Some tips below regarding choosing a name. *You need to enjoy saying the name and your dog needs to like it as well.*

*DO:*


Choose a *name* that you like. You will be using it all the time, so you should enjoy the sound of it.
Pick a one or two syllable *name*. Longer names can be difficult for your *dog* to understand and a pain for you to say over and over.
Try out the new *name* for a few days and see how your *dog* responds.


----------



## wolfy dog (Aug 1, 2012)

As long as the name sounds like music in your ears, anything goes. I love calling my dog's name.


----------



## Saco (Oct 23, 2018)

I like Breeze, although I usually try to go for at least two syllable names. At the moment, I have two dogs with three syllable names- they are easy to shorten and make nicknames out of so no big deal. With a one syllable name, it's also easy to add a syllable like Breezy-, or BB, or whatever you land on when you get to know the dog. 

I like to chose names that start with a strong letter-sound, and ends in a vowel (y is fine). I had planned to name a certain pup Jessie, but it was not a strong enough for her, so I changed in after a day. Likewise, my first GSD was Chloe for a bit, but that was also too "weak" a name (this is totally a subjective thing) and I changed it. It's OK to start with one name and change it a few days later. I promise the dog won't care. 

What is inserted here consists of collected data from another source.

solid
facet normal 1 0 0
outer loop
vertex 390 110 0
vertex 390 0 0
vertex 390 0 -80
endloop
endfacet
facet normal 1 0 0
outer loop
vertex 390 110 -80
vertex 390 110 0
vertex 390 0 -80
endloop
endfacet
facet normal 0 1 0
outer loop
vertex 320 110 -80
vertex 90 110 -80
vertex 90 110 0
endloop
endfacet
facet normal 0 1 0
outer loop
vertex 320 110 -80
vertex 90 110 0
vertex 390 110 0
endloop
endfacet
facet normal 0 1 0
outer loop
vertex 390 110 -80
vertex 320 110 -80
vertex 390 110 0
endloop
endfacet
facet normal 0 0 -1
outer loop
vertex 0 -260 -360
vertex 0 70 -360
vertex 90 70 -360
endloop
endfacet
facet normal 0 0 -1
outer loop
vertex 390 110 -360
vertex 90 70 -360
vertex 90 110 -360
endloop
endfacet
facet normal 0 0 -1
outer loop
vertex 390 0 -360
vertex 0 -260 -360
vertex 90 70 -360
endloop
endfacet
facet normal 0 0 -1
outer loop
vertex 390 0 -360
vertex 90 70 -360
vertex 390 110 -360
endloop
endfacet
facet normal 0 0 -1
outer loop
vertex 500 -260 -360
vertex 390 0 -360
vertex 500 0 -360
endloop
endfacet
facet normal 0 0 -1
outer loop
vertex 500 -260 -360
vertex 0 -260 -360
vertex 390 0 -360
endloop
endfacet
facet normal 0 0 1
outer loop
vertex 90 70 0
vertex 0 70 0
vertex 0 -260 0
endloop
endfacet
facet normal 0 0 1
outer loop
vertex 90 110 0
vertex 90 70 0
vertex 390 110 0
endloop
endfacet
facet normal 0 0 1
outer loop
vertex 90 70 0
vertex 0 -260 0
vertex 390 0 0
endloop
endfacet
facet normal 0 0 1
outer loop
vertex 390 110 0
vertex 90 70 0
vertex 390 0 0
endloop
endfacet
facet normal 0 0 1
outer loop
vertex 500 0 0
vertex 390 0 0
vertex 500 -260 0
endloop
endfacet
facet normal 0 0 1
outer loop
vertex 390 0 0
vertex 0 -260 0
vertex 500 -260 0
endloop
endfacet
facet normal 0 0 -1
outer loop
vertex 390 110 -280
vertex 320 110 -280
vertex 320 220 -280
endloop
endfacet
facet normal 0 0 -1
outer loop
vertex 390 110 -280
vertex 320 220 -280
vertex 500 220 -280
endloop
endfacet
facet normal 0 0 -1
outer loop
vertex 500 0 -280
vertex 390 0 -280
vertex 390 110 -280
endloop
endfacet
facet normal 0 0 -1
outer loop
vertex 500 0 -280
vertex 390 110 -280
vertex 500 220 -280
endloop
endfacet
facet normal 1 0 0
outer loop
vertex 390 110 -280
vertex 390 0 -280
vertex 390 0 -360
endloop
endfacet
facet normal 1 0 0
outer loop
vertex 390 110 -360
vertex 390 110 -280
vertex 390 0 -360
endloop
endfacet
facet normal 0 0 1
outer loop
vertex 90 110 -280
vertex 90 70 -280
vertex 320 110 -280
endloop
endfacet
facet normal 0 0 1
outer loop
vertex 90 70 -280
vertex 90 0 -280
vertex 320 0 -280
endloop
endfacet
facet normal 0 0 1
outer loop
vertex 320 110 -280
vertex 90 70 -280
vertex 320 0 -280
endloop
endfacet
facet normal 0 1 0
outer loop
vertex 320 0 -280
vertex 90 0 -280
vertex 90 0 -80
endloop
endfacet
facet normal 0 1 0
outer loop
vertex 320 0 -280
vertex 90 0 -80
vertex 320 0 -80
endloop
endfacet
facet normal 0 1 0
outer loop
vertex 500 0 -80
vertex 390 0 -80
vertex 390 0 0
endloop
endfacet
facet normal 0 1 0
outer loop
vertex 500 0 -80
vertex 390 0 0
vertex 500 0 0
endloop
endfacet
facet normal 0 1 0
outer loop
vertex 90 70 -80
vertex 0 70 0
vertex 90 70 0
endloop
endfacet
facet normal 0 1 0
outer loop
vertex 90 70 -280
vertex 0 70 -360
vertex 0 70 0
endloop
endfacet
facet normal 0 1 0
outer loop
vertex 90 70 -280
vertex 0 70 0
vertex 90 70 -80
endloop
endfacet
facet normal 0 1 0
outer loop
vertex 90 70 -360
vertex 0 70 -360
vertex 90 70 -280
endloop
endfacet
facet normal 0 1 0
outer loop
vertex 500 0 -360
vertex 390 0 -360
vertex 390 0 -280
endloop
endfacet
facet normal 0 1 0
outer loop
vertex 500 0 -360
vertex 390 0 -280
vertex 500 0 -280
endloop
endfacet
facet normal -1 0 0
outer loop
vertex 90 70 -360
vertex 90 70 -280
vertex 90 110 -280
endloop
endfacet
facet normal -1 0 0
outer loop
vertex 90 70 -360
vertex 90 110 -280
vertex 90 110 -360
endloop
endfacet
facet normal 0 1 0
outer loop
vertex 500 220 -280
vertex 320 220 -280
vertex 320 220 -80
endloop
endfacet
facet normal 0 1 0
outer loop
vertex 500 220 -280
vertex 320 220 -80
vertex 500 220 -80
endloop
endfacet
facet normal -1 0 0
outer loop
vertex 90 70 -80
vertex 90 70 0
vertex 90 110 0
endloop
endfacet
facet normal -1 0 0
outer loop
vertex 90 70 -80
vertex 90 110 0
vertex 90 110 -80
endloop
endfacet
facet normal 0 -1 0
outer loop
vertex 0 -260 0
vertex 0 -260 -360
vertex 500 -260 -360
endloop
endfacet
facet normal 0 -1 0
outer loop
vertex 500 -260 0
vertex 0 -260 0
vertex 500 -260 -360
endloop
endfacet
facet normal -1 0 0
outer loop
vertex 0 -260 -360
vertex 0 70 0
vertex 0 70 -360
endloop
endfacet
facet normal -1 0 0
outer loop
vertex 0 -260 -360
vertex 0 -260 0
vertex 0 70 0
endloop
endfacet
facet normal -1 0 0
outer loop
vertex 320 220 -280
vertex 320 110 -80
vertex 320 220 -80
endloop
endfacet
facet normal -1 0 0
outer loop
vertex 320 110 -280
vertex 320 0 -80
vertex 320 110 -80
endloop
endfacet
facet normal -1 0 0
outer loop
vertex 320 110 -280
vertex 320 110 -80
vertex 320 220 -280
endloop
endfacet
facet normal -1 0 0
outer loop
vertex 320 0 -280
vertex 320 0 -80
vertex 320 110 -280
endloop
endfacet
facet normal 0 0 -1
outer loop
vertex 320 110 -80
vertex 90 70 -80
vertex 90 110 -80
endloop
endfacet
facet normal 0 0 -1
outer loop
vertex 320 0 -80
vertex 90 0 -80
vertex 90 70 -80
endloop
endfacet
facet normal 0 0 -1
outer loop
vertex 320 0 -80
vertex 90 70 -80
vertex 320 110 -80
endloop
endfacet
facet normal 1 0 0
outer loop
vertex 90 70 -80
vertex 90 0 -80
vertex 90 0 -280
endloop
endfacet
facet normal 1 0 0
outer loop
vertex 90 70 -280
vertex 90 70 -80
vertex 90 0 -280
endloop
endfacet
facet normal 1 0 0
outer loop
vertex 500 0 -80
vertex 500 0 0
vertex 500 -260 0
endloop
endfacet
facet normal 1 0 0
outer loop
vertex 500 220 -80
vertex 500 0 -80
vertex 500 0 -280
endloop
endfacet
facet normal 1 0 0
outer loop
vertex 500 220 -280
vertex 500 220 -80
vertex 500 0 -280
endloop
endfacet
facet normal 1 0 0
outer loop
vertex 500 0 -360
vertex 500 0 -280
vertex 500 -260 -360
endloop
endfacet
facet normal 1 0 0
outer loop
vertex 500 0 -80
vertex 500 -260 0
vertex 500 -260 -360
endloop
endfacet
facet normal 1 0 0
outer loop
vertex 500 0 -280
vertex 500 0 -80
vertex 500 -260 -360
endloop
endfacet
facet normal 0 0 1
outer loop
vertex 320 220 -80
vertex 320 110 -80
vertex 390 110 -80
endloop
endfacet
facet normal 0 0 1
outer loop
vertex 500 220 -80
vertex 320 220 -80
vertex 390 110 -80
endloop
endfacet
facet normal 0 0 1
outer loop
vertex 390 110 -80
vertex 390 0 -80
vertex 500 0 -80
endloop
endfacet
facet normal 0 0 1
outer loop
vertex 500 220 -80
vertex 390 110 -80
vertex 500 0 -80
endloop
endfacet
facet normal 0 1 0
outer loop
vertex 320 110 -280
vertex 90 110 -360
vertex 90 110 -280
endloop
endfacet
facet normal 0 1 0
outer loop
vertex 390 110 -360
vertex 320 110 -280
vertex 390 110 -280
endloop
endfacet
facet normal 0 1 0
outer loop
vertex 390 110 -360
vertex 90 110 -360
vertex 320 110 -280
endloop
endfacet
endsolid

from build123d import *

# Parameters (mm, degrees)
SKETCH1_W           = 500
SKETCH1_H           = 360
BOSS_EXTRUDE1_DEPTH = 260
SKETCH2_W           = 90
SKETCH2_H           = 360
BOSS_EXTRUDE3_DEPTH = 70
SKETCH3_W           = 300
SKETCH3_H           = 80
BOSS_EXTRUDE4_DEPTH = 110
SKETCH4_W           = 180
SKETCH4_H           = 200
BOSS_EXTRUDE5_DEPTH = 220


with BuildPart() as part:
    # Sketch1 → Boss-Extrude1 (new body)
    with BuildSketch(Plane(origin=(0, 0, 0), x_dir=(1, 0, 0), z_dir=(0, 1, 0))):
        with Locations((250, 180)):
            Rectangle(SKETCH1_W, SKETCH1_H)
    extrude(amount=-BOSS_EXTRUDE1_DEPTH)

    # Sketch2 → Boss-Extrude3 (add)
    with BuildSketch(Plane(origin=(0, 0, 0), x_dir=(1, 0, 0), z_dir=(0, 1, 0))):
        with Locations((45, 180)):
            Rectangle(SKETCH2_W, SKETCH2_H)
    extrude(amount=BOSS_EXTRUDE3_DEPTH)

    # Sketch3 → Boss-Extrude4 (add)
    with BuildSketch(Plane(origin=(0, 0, 0), x_dir=(1, 0, 0), z_dir=(0, 1, 0))):
        with Locations((240, 320)):
            Rectangle(SKETCH3_W, SKETCH3_H)
        with Locations((240, 40)):
            Rectangle(SKETCH3_W, SKETCH3_H)
    extrude(amount=BOSS_EXTRUDE4_DEPTH)

    # Sketch4 → Boss-Extrude5 (add)
    with BuildSketch(Plane(origin=(0, 0, 0), x_dir=(1, 0, 0), z_dir=(0, 1, 0))):
        with Locations((410, 180)):
            Rectangle(SKETCH4_W, SKETCH4_H)
    extrude(amount=BOSS_EXTRUDE5_DEPTH)


solid = part.part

She is beautiful, wow. Very nice pup.


----------



## JaxsMom (Dec 31, 2017)

Nymiria, Miri for short! But then I am a big got nerd and still regret not naming Jax Drogo ?


----------



## Jenny720 (Nov 21, 2014)

I like all the names mentioned breeze is nice and light pretty name!


----------



## Gregc (Aug 10, 2012)

I'm fond of "Girl".


----------



## slaen (Apr 27, 2009)

Thanks for the replies. 
Yeah I guess I will have to get her home and see what comes to mind. 

I love all the suggestions. I have some time to think about it.

Her name at the shelter is Tali.. But when I say it she doesn't seem to respond. 
I guess what I'll do is find a name I like and have my GF and I sit far apart but take turns calling her and when she comes to us we praise and reward her.

I got the idea for the name Breez from this guy that had youtube videos of his GSD sitting with him on a vespa's sidecar and wearing a gopro. I just really loved the name. 
I looked for his page but he took the videos down it seems.. Here's a photo from his Flickr.
https://www.flickr.com/photos/[email protected]/7951759514


----------



## Springbrz (Aug 13, 2013)

I haven't any name suggestions. She is beautiful. Wishing you both many happy years together.


----------



## wolfy dog (Aug 1, 2012)

slaen said:


> Her name at the shelter is Tali.. But when I say it she doesn't seem to respond.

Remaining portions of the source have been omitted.